### Work required:
Would you output the entries below only from the line containing "# F4 (on face) → F5 (join)" through the line containing "Rebuilt in FreeCAD, every", exactly as they stand and with both ends included?

Stored data entries:
☆ ☆ ☆ ☆ ☆

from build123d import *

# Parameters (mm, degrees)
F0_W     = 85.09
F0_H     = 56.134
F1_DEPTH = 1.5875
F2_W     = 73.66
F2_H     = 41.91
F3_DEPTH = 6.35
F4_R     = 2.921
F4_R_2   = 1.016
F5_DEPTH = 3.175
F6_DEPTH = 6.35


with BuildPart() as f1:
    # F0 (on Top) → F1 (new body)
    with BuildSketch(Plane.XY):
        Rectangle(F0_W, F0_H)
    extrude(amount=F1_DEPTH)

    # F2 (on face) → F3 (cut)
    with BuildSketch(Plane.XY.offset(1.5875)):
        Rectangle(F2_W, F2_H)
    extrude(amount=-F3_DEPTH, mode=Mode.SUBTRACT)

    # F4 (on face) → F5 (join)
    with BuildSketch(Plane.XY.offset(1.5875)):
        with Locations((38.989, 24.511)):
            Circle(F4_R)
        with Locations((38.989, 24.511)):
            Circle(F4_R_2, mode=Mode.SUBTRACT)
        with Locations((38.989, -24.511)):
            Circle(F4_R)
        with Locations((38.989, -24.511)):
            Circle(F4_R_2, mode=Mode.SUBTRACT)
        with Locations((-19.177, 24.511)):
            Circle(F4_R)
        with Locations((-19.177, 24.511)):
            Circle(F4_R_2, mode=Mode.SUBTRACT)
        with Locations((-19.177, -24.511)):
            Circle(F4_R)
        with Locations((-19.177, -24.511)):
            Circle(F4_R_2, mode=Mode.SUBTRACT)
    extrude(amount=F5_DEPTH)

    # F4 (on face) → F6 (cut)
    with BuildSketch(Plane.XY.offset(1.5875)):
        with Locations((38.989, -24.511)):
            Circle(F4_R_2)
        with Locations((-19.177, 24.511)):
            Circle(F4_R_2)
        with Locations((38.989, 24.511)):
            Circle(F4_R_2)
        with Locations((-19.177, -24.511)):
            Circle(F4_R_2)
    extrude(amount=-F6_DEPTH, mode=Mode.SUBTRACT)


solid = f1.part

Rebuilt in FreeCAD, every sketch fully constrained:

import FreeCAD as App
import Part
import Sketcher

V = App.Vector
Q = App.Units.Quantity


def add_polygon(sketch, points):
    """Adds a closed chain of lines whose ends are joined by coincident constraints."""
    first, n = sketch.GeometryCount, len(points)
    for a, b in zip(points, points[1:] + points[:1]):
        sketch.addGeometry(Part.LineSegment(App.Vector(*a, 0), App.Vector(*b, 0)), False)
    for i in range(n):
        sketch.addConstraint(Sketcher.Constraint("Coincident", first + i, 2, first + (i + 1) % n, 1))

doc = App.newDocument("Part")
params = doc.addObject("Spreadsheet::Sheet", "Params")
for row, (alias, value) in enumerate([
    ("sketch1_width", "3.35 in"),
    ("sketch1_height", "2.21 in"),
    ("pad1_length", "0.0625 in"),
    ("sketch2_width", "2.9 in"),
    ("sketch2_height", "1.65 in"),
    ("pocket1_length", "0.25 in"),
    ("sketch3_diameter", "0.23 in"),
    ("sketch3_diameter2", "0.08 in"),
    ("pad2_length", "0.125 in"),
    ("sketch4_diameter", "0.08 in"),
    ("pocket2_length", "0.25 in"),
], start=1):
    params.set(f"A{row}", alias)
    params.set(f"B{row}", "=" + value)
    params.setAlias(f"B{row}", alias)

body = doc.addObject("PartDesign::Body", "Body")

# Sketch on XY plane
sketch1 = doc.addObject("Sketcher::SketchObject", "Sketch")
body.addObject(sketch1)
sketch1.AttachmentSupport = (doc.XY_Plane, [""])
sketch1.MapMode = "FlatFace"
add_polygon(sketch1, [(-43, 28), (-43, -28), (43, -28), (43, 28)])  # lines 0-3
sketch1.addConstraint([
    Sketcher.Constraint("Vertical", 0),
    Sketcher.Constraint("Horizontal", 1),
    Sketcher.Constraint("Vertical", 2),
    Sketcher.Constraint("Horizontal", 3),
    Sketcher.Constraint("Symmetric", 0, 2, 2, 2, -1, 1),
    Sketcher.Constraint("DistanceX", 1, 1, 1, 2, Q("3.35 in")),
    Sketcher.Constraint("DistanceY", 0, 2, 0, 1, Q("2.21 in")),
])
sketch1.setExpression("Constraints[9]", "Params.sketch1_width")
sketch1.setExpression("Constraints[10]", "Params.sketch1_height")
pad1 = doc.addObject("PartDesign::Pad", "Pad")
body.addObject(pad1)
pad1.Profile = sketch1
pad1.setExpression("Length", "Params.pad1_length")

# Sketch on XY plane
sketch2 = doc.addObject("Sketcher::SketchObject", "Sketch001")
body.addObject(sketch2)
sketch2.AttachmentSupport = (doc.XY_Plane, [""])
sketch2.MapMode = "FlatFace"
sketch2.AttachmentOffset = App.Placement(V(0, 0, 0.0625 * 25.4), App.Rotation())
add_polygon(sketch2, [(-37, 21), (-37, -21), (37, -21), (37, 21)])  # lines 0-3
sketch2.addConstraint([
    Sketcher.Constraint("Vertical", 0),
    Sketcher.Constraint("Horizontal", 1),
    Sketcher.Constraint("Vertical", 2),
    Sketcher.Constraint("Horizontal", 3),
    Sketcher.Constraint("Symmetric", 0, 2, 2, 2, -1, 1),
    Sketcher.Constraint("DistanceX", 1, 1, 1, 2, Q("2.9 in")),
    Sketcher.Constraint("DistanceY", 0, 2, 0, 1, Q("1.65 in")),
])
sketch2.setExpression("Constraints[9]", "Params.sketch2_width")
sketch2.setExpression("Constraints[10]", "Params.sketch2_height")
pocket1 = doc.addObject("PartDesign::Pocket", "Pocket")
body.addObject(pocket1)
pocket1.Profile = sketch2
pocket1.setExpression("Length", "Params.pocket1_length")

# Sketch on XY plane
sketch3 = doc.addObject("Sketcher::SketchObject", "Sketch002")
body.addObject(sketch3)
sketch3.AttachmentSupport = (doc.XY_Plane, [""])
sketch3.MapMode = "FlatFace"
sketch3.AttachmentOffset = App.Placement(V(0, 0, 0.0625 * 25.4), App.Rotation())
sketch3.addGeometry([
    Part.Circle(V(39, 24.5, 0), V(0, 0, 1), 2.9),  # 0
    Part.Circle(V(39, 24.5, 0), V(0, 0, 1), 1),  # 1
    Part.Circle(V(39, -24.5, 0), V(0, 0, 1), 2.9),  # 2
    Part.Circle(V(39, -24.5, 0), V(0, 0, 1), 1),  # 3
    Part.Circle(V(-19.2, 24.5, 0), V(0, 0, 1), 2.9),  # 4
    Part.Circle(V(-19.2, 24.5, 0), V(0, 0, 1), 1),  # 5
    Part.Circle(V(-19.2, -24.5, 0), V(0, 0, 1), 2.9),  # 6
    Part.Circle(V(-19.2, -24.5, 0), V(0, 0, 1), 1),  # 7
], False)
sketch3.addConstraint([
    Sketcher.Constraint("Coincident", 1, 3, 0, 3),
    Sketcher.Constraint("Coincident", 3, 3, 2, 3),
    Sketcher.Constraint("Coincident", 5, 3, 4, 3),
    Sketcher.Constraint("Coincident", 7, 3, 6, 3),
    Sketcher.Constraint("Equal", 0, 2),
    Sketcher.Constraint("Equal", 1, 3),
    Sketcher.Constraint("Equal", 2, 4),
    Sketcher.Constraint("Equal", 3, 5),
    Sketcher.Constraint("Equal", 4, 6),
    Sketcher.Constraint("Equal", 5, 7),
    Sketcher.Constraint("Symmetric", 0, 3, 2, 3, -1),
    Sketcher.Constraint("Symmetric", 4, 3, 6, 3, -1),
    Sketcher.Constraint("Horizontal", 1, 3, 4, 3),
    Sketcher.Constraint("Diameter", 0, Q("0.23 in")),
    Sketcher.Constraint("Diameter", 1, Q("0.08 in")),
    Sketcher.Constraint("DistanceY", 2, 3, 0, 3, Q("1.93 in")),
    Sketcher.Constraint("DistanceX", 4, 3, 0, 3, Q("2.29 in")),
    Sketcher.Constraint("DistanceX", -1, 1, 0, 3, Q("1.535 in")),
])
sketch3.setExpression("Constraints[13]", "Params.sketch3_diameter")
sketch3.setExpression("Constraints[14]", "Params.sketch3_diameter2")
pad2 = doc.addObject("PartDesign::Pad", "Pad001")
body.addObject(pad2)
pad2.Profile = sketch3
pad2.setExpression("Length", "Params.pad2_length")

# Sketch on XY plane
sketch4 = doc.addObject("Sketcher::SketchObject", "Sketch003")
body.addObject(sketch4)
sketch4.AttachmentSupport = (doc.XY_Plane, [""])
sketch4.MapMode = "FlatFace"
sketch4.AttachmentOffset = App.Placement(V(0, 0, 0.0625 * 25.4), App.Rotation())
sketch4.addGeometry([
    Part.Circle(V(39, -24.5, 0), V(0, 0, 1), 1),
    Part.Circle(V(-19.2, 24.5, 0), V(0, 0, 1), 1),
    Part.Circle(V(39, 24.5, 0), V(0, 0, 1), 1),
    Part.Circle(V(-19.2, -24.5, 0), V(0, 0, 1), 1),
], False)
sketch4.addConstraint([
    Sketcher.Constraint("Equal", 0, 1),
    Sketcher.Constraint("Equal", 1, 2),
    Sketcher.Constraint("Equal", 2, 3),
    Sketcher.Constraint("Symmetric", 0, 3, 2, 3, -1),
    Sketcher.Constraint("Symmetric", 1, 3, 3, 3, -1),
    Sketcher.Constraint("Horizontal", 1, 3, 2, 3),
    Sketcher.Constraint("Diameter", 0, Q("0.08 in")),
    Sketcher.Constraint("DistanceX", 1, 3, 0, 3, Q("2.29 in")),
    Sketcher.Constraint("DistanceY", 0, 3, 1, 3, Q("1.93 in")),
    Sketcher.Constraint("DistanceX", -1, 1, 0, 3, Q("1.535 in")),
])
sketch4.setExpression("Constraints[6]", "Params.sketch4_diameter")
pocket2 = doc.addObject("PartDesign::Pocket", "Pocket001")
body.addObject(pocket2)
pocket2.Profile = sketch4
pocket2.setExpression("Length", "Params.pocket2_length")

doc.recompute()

☆ ☆ ☆ ☆ ☆

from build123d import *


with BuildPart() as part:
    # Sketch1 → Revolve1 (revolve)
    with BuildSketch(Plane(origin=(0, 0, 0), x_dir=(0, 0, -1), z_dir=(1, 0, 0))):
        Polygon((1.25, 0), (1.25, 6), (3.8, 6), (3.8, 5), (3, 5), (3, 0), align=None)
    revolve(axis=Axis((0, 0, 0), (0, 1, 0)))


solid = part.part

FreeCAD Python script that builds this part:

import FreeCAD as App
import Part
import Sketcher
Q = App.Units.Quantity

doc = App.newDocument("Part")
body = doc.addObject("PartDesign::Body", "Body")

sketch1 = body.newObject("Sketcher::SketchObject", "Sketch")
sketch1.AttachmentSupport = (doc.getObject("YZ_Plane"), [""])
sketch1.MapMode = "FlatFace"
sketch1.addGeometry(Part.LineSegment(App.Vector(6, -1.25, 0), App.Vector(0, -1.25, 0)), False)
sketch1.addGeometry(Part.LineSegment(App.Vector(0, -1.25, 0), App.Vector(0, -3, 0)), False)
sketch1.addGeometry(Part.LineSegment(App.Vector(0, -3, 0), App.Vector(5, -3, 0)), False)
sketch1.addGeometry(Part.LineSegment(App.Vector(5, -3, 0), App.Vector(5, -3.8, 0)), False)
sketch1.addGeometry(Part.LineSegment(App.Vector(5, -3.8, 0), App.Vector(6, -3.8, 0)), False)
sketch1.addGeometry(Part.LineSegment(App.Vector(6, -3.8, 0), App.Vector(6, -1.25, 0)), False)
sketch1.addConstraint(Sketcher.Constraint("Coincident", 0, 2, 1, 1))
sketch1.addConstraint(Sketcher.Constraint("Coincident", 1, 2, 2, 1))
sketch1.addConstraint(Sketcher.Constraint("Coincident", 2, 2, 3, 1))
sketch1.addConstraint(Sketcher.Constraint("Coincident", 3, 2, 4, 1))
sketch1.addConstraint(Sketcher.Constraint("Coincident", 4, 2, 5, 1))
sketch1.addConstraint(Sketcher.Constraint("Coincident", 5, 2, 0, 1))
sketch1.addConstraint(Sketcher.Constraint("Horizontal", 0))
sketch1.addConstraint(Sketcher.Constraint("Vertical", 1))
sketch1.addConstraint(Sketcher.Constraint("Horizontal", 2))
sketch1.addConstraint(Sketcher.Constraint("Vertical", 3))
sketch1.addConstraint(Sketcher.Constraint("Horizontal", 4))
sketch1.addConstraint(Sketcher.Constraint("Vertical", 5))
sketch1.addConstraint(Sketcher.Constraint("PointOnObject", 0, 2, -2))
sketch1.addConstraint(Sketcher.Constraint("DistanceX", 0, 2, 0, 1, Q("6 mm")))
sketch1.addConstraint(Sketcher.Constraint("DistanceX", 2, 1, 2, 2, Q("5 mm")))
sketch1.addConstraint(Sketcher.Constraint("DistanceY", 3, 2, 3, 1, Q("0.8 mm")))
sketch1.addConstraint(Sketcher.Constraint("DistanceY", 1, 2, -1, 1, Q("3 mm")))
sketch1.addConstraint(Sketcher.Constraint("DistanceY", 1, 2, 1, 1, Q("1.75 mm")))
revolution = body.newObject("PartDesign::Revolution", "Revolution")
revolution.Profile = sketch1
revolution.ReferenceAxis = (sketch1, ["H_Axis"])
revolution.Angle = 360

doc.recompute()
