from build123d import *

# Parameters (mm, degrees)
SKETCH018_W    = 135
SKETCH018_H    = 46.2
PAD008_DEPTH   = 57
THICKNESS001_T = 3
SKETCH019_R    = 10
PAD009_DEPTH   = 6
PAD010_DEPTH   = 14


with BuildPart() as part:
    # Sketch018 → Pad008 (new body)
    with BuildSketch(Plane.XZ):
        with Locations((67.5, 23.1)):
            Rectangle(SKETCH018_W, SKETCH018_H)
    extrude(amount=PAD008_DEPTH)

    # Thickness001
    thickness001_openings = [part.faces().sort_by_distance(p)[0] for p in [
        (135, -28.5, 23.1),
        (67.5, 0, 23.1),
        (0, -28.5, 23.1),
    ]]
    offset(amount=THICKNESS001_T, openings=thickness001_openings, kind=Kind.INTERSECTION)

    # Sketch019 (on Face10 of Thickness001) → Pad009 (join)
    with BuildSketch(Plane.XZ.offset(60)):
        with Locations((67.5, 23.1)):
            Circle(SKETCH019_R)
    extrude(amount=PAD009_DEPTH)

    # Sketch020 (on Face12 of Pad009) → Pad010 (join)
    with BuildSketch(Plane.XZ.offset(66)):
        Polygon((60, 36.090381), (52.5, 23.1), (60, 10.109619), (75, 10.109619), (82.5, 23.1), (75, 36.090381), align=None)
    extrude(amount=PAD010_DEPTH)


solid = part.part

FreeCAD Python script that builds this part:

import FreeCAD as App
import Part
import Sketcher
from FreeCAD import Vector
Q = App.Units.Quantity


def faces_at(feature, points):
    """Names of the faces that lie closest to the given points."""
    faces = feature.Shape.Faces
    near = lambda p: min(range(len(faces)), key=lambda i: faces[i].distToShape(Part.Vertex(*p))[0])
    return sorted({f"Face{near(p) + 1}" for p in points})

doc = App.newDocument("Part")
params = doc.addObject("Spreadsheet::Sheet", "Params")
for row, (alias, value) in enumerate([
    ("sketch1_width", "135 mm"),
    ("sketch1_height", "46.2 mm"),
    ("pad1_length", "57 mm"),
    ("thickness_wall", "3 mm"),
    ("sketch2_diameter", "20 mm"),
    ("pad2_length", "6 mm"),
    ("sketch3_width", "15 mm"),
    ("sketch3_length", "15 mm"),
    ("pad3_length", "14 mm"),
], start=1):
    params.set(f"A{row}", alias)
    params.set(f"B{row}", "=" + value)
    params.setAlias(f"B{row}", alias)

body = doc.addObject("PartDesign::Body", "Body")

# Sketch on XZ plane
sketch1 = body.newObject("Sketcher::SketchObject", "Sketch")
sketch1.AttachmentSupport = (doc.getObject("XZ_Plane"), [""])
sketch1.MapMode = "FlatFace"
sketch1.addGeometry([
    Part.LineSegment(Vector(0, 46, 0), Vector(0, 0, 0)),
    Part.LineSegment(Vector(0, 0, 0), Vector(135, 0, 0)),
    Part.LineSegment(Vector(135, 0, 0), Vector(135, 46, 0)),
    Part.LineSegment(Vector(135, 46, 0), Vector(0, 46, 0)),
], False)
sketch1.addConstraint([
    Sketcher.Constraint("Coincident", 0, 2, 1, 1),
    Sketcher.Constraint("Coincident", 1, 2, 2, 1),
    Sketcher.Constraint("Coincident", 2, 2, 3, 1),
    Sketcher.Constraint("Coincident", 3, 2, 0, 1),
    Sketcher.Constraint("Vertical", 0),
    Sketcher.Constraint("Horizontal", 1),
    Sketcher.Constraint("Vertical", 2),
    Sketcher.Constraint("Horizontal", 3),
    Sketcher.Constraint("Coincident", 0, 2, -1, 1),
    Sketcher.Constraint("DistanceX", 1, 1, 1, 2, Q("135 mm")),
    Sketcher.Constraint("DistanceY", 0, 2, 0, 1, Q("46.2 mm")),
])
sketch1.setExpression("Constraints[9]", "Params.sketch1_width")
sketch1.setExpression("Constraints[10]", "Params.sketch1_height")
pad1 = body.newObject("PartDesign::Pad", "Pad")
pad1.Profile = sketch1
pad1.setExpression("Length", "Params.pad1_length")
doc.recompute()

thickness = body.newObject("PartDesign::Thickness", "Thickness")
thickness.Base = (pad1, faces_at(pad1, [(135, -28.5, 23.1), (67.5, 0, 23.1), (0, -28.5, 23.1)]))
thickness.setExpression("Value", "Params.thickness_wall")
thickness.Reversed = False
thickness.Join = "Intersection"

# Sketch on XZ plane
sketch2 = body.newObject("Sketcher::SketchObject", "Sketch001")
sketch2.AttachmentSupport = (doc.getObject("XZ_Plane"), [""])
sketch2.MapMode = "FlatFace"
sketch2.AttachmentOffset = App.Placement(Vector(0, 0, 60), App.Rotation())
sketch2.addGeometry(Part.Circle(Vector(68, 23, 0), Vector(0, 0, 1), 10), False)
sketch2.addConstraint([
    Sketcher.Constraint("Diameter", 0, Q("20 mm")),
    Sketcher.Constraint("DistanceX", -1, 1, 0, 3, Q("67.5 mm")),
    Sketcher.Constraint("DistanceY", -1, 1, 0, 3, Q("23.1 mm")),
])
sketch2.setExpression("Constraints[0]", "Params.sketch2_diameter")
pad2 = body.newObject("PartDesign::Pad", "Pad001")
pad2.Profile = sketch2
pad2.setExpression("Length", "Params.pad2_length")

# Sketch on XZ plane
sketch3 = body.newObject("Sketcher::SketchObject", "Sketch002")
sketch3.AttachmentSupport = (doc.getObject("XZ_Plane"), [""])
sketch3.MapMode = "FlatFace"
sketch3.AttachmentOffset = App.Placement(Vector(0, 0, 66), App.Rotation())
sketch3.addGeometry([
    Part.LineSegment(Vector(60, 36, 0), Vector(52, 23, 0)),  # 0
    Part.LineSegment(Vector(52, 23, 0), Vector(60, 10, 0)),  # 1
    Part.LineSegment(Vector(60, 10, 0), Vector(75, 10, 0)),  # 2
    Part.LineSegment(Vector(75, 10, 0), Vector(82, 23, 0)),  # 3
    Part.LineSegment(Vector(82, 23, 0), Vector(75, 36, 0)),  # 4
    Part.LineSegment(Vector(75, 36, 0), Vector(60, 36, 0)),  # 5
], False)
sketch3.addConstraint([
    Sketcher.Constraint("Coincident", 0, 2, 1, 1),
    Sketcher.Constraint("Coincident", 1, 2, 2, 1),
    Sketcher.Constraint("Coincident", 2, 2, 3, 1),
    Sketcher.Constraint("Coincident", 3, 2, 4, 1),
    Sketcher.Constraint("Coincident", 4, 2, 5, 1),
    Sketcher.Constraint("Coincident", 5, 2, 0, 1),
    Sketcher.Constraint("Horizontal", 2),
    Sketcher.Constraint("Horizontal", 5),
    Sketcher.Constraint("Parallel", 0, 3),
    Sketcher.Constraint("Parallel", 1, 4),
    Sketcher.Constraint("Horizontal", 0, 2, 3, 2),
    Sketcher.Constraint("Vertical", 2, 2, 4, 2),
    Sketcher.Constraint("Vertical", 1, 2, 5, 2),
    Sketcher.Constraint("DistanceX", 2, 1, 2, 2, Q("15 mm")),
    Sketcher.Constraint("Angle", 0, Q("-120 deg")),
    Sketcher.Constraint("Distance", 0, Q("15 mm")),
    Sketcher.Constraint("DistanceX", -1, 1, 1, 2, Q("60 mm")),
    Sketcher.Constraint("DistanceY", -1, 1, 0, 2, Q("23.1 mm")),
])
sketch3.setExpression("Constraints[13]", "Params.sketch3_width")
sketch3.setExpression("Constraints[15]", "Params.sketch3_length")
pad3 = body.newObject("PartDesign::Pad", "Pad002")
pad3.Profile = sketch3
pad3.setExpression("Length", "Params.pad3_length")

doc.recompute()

☆ ☆ ☆ ☆ ☆

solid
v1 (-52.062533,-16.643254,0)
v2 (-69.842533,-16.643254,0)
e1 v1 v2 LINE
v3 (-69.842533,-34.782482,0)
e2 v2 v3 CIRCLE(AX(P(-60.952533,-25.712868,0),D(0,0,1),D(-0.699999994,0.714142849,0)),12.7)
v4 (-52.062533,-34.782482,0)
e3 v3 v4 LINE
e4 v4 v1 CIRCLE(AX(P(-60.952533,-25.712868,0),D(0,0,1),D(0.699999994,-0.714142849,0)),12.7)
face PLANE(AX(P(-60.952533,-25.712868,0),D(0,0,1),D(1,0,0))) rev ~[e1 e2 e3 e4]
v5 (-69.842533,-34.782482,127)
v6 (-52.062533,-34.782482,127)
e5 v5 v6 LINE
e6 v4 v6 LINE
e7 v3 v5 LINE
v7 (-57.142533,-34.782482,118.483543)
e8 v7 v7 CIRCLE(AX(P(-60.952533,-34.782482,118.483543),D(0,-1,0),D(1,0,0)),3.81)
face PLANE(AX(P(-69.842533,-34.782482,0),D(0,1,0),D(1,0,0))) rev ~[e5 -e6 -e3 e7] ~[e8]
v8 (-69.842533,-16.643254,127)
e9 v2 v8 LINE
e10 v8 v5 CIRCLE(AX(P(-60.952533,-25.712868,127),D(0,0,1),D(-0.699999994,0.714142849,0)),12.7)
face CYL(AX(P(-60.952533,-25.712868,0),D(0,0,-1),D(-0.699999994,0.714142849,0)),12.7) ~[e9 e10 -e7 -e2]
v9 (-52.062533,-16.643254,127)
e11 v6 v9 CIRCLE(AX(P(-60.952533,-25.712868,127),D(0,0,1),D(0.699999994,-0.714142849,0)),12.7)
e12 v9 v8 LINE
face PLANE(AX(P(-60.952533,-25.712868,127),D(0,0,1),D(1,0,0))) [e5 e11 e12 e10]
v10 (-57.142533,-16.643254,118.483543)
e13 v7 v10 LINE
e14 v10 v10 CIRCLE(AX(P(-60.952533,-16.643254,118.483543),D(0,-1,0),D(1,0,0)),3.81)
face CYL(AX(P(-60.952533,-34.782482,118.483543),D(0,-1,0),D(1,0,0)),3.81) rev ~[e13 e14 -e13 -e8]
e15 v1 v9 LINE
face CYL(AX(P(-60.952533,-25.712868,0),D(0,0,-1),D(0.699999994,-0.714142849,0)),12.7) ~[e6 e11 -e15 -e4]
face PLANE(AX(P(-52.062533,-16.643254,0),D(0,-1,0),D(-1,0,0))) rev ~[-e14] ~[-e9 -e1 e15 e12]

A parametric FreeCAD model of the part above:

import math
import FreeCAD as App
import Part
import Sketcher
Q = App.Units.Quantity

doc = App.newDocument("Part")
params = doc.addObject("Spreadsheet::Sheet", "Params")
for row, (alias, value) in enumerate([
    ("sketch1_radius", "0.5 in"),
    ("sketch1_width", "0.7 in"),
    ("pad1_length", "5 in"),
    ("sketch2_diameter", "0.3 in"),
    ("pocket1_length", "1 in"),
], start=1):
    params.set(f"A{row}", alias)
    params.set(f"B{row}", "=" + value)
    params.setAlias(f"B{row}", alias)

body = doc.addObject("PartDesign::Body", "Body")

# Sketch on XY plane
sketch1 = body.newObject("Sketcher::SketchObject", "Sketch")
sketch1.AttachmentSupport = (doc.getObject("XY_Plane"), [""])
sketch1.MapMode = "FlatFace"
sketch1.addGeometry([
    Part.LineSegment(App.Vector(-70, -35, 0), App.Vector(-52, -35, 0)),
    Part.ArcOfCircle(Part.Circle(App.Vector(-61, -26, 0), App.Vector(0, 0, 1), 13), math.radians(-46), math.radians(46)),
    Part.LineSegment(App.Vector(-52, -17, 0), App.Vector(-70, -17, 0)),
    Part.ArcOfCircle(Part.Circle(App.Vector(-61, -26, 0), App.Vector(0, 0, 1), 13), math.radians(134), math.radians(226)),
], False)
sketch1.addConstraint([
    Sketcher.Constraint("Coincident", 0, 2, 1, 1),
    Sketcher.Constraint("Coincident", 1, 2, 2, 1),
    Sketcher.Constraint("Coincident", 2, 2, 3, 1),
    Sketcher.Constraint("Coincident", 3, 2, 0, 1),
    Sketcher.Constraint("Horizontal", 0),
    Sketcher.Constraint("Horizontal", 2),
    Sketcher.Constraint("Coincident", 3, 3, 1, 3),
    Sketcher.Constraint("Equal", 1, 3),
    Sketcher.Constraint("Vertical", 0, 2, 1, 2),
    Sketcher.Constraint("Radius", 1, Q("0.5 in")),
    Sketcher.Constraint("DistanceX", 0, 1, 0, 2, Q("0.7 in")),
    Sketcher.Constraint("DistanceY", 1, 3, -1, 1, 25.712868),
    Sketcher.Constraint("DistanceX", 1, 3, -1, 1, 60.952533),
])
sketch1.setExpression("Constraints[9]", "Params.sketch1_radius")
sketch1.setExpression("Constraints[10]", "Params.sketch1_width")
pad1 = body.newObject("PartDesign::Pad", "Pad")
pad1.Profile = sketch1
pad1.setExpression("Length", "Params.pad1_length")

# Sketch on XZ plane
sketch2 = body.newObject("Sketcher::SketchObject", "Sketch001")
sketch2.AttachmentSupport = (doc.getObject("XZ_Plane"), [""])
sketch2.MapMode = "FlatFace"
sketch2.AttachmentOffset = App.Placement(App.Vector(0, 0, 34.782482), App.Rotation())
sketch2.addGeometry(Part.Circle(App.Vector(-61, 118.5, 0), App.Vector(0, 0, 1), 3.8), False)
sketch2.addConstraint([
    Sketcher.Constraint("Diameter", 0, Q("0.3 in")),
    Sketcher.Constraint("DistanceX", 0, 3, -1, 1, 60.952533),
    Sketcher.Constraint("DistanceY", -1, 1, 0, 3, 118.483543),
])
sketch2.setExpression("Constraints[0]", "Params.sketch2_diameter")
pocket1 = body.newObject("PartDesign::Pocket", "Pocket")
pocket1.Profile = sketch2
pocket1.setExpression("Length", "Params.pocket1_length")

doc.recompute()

☆ ☆ ☆ ☆ ☆

### Result:
    # F4 (on face) → F5 (join)
    with BuildSketch(Plane.XY.offset(1.5875)):
        with Locations((38.989, 24.511)):
            Circle(F4_R)
        with Locations((38.989, 24.511)):
            Circle(F4_R_2, mode=Mode.SUBTRACT)
        with Locations((38.989, -24.511)):
            Circle(F4_R)
        with Locations((38.989, -24.511)):
            Circle(F4_R_2, mode=Mode.SUBTRACT)
        with Locations((-19.177, 24.511)):
            Circle(F4_R)
        with Locations((-19.177, 24.511)):
            Circle(F4_R_2, mode=Mode.SUBTRACT)
        with Locations((-19.177, -24.511)):
            Circle(F4_R)
        with Locations((-19.177, -24.511)):
            Circle(F4_R_2, mode=Mode.SUBTRACT)
    extrude(amount=F5_DEPTH)

    # F4 (on face) → F6 (cut)
    with BuildSketch(Plane.XY.offset(1.5875)):
        with Locations((38.989, -24.511)):
            Circle(F4_R_2)
        with Locations((-19.177, 24.511)):
            Circle(F4_R_2)
        with Locations((38.989, 24.511)):
            Circle(F4_R_2)
        with Locations((-19.177, -24.511)):
            Circle(F4_R_2)
    extrude(amount=-F6_DEPTH, mode=Mode.SUBTRACT)


solid = f1.part

Rebuilt in FreeCAD, every sketch fully constrained:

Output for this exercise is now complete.